Seperti patung batu yang ia beri judul “Berkeringat”, tampilannya begitu sederhana, dengan tonjolan-tonjolan di luar permukaan batu yang merepresentasikan keringat, tapi kesederhanaan itulah yang terasa mengusik, benda yang mati macam batu, dapat dikhayalkan berkeringat layaknya makhluk hidup. Tak jauh berbeda dengan karya “Sleeping Stone” nya, batu kecil yang di atasnya berada tulisan ‘Zzzzz’ mengungkapkan bahwa keheningan yang dimiliki batu bukan berarti ia tidak bersuara, begitu juga karyanya yang berjudul “Family”, yang divisualkan dengan beberapa tumpukan batu yang diikat oleh tali, namun tali-talinya tampak putus di beberapa sisi, seolah mencerminkan makna “Keluarga” yang tidak selalu dalam satu koridor dalam hidup manusia. Bahkan batu pun tidak membatu, ia mampu merasa, layaknya manusia. 




Merajut Puisi pada Batu



Seperti yang dikatakan kurator pameran ini, Rain Rosidi “Batu bagi Komrodin bukan hanya persoalan sebuah material, namun juga karakter bentuk”. Akan tetapi lebih dari itu, pameran ini tak hanya sekedar bermainnya wacana bentuk (form), patung-patung yang tak hanya bermaterial batu – tapi juga logam dan resin – itu tidak hanya menonjolkan apa yang dapat dilihat secara visual saja, tapi seolah dapat didengar. Melebihi yang tampak (beyond the visual) menjadi ciri dari pameran ini, kekuatan karya patung tidak melulu mengutamakan sisi material. Tapi makna-makna tersembunyi (hidden meaning), yang lebih bersemayam pada in absentia, tidak semata pada yang in praesentia, yang dapat dinilai melalui teknik dan bentuk, yang maknanya dapat ditangkap sekarang. Namun karya-karyanya cukup tampak kuat karena Komroden mampu mengkombinasikan keduanya. Patung-patung itu seakan berkisah, entah berdialog, ataupun berbicara sendiri. Benda mati itu bagai bernyawa dan bernafas, berpuisi dengan suara yang begitu lirih, bernyanyi dengan nada yang begitu sepi. Komroden memahat sajak pada patung-patungnya, senada dengan yang disebut Thomas Gray, bahwa puisi adalah pikiran-pikiran yang bernafas. Batu-batu dalam kemasan Komroden telah merajut untaian ide-ide dan kepekaan, hingga menghasilkan alunan puisi yang seolah memanusiakan batu. Serupa juga dengan apa yang dikatakan William Shakespeare dalam All's Well That Ends Well Act 2, scene 1, 72–78 (‘Breathe Life Into Stone’), I have seen a Medicine. That's able to breathe life into a stone, Quicken a rock, and make you dance canary with spritely fire and motion,whose simple touch is powerful to araise King Pippen, nay,To give great Charlemain a pen in 's hand. And write to her a love-line.

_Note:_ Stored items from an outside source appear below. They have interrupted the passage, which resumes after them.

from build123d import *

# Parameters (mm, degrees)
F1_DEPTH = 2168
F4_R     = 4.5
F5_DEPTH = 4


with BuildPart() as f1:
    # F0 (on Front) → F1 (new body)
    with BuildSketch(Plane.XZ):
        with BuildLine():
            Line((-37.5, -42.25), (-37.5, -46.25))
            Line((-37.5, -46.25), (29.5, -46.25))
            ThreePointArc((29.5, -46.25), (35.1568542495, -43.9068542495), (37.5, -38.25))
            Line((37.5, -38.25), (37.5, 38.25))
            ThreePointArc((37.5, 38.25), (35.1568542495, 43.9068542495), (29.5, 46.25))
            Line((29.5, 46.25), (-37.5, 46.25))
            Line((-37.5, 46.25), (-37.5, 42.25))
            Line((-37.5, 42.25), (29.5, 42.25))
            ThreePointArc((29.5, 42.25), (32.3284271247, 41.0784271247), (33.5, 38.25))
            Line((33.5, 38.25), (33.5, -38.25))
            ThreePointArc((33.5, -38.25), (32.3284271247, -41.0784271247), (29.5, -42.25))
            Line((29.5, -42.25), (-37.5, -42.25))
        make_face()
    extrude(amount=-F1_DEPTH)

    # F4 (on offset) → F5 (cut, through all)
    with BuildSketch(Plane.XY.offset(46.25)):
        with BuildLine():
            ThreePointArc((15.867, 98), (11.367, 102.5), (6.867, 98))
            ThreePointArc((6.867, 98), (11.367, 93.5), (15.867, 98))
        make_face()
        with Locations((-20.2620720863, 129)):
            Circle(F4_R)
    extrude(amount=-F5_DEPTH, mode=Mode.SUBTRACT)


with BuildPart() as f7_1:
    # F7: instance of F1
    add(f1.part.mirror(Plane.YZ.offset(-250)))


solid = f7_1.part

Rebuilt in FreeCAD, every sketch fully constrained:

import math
import FreeCAD as App
import Part
import Sketcher

V = App.Vector

doc = App.newDocument("Part")
body = doc.addObject("PartDesign::Body", "Body")

# Sketch on XZ plane
sketch1 = body.newObject("Sketcher::SketchObject", "Sketch")
sketch1.AttachmentSupport = (doc.getObject("XZ_Plane"), [""])
sketch1.MapMode = "FlatFace"
sketch1.addGeometry([
    Part.LineSegment(V(-37.5, -42.2, 0), V(-37.5, -46.2, 0)),  # 0
    Part.LineSegment(V(-37.5, -46.2, 0), V(29.5, -46.2, 0)),  # 1
    Part.ArcOfCircle(Part.Circle(V(29.5, -38.2, 0), V(0, 0, 1), 8), math.radians(-90), math.radians(0)),  # 2
    Part.LineSegment(V(37.5, -38.2, 0), V(37.5, 38.2, 0)),  # 3
    Part.ArcOfCircle(Part.Circle(V(29.5, 38.2, 0), V(0, 0, 1), 8), math.radians(0), math.radians(90)),  # 4
    Part.LineSegment(V(29.5, 46.2, 0), V(-37.5, 46.2, 0)),  # 5
    Part.LineSegment(V(-37.5, 46.2, 0), V(-37.5, 42.2, 0)),  # 6
    Part.LineSegment(V(-37.5, 42.2, 0), V(29.5, 42.2, 0)),  # 7
    Part.ArcOfCircle(Part.Circle(V(29.5, 38.2, 0), V(0, 0, 1), 4), math.radians(0), math.radians(90)),  # 8
    Part.LineSegment(V(33.5, 38.2, 0), V(33.5, -38.2, 0)),  # 9
    Part.ArcOfCircle(Part.Circle(V(29.5, -38.2, 0), V(0, 0, 1), 4), math.radians(-90), math.radians(0)),  # 10
    Part.LineSegment(V(29.5, -42.2, 0), V(-37.5, -42.2, 0)),  # 11
], False)
sketch1.addConstraint([
    Sketcher.Constraint("Coincident", 0, 2, 1, 1),
    Sketcher.Constraint("Tangent", 1, 2, 2, 1),
    Sketcher.Constraint("Tangent", 2, 2, 3, 1),
    Sketcher.Constraint("Tangent", 3, 2, 4, 1),
    Sketcher.Constraint("Tangent", 4, 2, 5, 1),
    Sketcher.Constraint("Coincident", 5, 2, 6, 1),
    Sketcher.Constraint("Coincident", 6, 2, 7, 1),
    Sketcher.Constraint("Tangent", 7, 2, 8, 2),
    Sketcher.Constraint("Tangent", 8, 1, 9, 1),
    Sketcher.Constraint("Tangent", 9, 2, 10, 2),
    Sketcher.Constraint("Tangent", 10, 1, 11, 1),
    Sketcher.Constraint("Coincident", 11, 2, 0, 1),
    Sketcher.Constraint("Vertical", 0),
    Sketcher.Constraint("Horizontal", 1),
    Sketcher.Constraint("Vertical", 3),
    Sketcher.Constraint("Horizontal", 5),
    Sketcher.Constraint("Vertical", 6),
    Sketcher.Constraint("Horizontal", 7),
    Sketcher.Constraint("Vertical", 9),
    Sketcher.Constraint("Horizontal", 11),
    Sketcher.Constraint("Coincident", 8, 3, 4, 3),
    Sketcher.Constraint("Coincident", 10, 3, 2, 3),
    Sketcher.Constraint("Equal", 2, 4),
    Sketcher.Constraint("Symmetric", 0, 2, 5, 2, -1),
    Sketcher.Constraint("Radius", 2, 8.0),
    Sketcher.Constraint("Radius", 8, 4.0),
    Sketcher.Constraint("DistanceX", 1, 1, 1, 2, 67.0),
    Sketcher.Constraint("DistanceY", 3, 1, 3, 2, 76.5),
    Sketcher.Constraint("DistanceX", -1, 1, 2, 3, 29.5),
])
pad1 = body.newObject("PartDesign::Pad", "Pad")
pad1.Profile = sketch1
pad1.Length = 2168
pad1.Reversed = True

# Sketch on XY plane
sketch2 = body.newObject("Sketcher::SketchObject", "Sketch001")
sketch2.AttachmentSupport = (doc.getObject("XY_Plane"), [""])
sketch2.MapMode = "FlatFace"
sketch2.AttachmentOffset = App.Placement(V(0, 0, 46.25), App.Rotation())
sketch2.addGeometry([
    Part.Circle(V(11.4, 98, 0), V(0, 0, 1), 4.5),
    Part.Circle(V(-20.3, 129, 0), V(0, 0, 1), 4.5),
], False)
sketch2.addConstraint([
    Sketcher.Constraint("Equal", 0, 1),
    Sketcher.Constraint("Diameter", 0, 9.0),
    Sketcher.Constraint("DistanceY", -1, 1, 0, 3, 98.0),
    Sketcher.Constraint("DistanceY", -1, 1, 1, 3, 129.0),
    Sketcher.Constraint("DistanceX", -1, 1, 0, 3, 11.367),
    Sketcher.Constraint("DistanceX", 1, 3, -1, 1, 20.262072),
])
pocket1 = body.newObject("PartDesign::Pocket", "Pocket")
pocket1.Profile = sketch2
pocket1.Length = 4
body2 = doc.addObject("PartDesign::Body", "Body001")
doc.recompute()

mirroring = doc.addObject("Part::Mirroring", "Mirroring")
mirroring.Source = body
mirroring.Base = V(-250, 0, 0)
mirroring.Normal = V(1, 0, 0)
body2.BaseFeature = mirroring
doc.recompute()
body.Visibility = False
mirroring.Visibility = False

doc.recompute()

Image-image keras dan bisu dari patung-patung seolah dipatahkan oleh Komroden Haro, dilunakkan hingga penciptaannya kembali menjelma dongeng, dongeng tentang sebuah negeri, seperti karyanya yang ia letakkan di bagian depan pintu masuk berjudul “Thanks to Earth”, sebagian lainnya menjelma puisi-puisi tentang cinta dan kehilangan, seperti salah satu contohnya karya yang berjudul “Wish You Were Here”, karya tersebut menampilkan batu yang sedikit bagiannya bolong membentuk rupa wajah manusia, puisi yang mencerminkan kerinduan untuk merasakan kelengkapan, perasaan yang rumpang karena kehilangan. Hal ini senada dengan karya lainnya yang berjudul “Loosing Addres”, yang berbentuk seperti organ hati manusia.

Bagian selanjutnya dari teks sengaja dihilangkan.